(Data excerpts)
==============================

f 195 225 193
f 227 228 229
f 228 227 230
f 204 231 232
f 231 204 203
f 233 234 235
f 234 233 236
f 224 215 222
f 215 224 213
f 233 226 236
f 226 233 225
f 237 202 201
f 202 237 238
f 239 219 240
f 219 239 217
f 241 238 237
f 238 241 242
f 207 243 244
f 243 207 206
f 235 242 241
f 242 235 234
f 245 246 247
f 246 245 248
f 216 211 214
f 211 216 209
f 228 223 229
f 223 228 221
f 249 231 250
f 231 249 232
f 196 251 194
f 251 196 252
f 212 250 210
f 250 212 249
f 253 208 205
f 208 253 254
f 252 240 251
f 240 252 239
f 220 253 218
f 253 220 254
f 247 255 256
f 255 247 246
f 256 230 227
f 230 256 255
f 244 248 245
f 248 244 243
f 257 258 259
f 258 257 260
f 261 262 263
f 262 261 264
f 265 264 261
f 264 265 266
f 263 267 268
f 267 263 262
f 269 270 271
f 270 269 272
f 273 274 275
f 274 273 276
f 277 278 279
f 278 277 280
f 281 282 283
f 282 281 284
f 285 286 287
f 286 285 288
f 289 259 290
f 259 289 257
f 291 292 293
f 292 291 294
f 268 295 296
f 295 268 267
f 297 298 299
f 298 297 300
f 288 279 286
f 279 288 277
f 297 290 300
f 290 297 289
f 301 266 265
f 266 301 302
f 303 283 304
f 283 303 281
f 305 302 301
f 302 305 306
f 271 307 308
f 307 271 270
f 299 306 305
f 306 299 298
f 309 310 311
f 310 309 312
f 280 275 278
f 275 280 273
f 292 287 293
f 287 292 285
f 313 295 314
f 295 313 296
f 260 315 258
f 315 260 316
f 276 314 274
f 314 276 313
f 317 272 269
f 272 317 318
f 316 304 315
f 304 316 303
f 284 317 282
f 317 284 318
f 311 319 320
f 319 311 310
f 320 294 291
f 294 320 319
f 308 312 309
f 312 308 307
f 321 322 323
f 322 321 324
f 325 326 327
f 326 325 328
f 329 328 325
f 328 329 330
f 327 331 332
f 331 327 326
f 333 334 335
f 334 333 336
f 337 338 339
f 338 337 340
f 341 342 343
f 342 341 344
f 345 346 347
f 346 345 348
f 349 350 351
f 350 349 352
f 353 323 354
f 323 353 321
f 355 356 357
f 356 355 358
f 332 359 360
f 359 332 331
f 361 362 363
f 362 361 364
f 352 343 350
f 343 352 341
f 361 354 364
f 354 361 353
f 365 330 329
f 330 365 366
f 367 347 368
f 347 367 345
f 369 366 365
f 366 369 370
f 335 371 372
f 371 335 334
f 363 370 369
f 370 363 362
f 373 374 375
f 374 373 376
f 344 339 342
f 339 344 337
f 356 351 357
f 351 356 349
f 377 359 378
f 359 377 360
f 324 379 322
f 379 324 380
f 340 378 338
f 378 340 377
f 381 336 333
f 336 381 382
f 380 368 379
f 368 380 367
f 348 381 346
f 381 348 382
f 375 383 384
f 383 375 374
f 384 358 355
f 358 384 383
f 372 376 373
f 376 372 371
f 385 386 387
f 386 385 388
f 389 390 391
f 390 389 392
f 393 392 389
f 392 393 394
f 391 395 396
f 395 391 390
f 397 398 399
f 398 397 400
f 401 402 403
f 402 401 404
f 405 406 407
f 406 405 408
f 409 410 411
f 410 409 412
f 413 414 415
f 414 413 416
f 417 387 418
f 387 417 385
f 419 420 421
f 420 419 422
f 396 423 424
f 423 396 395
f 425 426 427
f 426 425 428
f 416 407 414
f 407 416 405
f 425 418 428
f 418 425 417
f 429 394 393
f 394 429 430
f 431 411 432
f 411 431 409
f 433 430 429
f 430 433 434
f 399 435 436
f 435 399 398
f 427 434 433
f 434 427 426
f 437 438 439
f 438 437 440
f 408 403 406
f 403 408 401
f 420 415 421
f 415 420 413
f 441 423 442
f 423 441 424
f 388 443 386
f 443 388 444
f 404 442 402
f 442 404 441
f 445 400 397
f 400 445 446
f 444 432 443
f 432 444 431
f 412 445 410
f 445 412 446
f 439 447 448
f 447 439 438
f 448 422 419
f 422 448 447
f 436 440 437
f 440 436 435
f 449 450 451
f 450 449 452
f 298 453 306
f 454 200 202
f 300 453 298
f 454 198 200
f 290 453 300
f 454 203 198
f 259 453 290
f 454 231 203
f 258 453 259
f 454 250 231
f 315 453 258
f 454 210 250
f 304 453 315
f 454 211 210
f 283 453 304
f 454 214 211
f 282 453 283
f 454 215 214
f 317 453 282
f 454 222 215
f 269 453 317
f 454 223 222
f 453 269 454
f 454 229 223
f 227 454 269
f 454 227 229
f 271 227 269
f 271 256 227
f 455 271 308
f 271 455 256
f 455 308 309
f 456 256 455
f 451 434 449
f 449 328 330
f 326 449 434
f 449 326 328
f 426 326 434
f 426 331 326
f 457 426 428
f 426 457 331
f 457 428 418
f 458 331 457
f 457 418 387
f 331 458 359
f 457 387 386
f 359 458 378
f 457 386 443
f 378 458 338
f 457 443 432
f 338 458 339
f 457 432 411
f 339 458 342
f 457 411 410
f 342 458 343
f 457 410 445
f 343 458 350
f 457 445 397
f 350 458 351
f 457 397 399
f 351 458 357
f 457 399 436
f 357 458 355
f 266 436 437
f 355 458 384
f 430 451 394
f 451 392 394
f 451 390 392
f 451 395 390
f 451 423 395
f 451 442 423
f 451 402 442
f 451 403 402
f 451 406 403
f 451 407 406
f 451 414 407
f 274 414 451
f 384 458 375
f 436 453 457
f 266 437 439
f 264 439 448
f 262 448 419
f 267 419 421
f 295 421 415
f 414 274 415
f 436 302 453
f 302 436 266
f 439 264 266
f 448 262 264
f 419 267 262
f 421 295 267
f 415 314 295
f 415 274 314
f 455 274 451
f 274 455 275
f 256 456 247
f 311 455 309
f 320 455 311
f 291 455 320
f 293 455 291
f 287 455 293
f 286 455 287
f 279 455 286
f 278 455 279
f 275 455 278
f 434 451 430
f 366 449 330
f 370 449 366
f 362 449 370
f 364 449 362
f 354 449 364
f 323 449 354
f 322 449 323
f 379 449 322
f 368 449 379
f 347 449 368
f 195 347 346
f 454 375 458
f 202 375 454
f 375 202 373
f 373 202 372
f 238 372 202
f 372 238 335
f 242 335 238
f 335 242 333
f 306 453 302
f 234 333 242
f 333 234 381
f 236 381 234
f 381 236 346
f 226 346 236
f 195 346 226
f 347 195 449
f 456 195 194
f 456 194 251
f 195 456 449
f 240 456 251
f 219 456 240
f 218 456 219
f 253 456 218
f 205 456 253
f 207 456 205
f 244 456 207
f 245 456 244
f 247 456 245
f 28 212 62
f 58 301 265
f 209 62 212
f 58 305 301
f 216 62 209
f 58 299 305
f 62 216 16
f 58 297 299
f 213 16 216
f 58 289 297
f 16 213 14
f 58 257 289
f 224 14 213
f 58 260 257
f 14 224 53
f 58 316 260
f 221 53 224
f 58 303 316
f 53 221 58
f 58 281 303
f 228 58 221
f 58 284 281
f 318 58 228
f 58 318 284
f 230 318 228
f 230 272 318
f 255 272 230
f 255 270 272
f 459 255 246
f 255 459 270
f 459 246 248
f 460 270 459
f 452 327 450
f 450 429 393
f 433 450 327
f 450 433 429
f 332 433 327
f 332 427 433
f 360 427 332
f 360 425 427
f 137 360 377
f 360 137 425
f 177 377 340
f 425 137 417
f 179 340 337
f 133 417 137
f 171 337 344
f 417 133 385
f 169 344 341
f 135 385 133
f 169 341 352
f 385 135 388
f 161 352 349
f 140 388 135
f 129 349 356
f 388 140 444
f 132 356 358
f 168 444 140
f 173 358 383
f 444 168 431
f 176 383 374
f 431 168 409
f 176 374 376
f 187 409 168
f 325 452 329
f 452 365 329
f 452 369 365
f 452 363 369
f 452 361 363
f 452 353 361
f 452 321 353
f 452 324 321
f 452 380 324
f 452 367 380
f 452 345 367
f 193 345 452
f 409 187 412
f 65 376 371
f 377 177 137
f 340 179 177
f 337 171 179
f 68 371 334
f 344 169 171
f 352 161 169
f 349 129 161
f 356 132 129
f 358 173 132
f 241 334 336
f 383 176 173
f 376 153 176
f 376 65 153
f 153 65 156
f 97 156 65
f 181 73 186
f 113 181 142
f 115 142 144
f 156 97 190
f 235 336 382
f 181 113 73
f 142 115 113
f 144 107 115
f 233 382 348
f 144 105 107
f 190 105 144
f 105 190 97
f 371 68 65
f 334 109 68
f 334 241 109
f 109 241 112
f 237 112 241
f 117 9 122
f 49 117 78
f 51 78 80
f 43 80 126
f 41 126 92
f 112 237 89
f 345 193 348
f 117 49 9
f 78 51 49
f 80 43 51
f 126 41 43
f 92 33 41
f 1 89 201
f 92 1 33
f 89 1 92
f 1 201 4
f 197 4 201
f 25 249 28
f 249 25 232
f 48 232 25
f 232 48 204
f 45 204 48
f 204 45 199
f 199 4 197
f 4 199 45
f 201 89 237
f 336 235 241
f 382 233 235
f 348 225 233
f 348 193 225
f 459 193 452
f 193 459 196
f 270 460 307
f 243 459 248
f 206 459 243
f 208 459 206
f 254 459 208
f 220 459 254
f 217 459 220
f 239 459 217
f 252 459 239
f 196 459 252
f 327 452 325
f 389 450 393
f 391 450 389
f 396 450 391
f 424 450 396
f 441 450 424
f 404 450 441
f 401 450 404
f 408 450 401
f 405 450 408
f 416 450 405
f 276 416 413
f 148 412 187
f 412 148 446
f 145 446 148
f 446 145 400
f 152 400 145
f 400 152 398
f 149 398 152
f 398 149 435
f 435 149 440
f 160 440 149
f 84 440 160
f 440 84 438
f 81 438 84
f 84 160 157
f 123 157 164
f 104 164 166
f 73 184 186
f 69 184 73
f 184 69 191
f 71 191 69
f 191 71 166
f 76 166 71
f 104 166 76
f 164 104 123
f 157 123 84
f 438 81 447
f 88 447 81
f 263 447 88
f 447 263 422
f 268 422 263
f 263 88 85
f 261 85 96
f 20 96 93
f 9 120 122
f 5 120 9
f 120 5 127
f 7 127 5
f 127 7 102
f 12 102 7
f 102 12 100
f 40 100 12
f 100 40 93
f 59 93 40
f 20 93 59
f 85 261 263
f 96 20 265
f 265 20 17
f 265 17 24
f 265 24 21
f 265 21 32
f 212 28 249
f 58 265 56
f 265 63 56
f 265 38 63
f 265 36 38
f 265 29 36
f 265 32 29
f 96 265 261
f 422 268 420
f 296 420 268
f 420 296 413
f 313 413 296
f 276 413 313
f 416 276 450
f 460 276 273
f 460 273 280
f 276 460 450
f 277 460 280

==============================

● **Required action**
A verbatim transcription is needed of the lines above, starting at the line with "f 330 365 366" and ending at the line with "f 402 401 404", both included, and of nothing else.

● **Solution for this task**
f 330 365 366
f 367 347 368
f 347 367 345
f 369 366 365
f 366 369 370
f 335 371 372
f 371 335 334
f 363 370 369
f 370 363 362
f 373 374 375
f 374 373 376
f 344 339 342
f 339 344 337
f 356 351 357
f 351 356 349
f 377 359 378
f 359 377 360
f 324 379 322
f 379 324 380
f 340 378 338
f 378 340 377
f 381 336 333
f 336 381 382
f 380 368 379
f 368 380 367
f 348 381 346
f 381 348 382
f 375 383 384
f 383 375 374
f 384 358 355
f 358 384 383
f 372 376 373
f 376 372 371
f 385 386 387
f 386 385 388
f 389 390 391
f 390 389 392
f 393 392 389
f 392 393 394
f 391 395 396
f 395 391 390
f 397 398 399
f 398 397 400
f 401 402 403
f 402 401 404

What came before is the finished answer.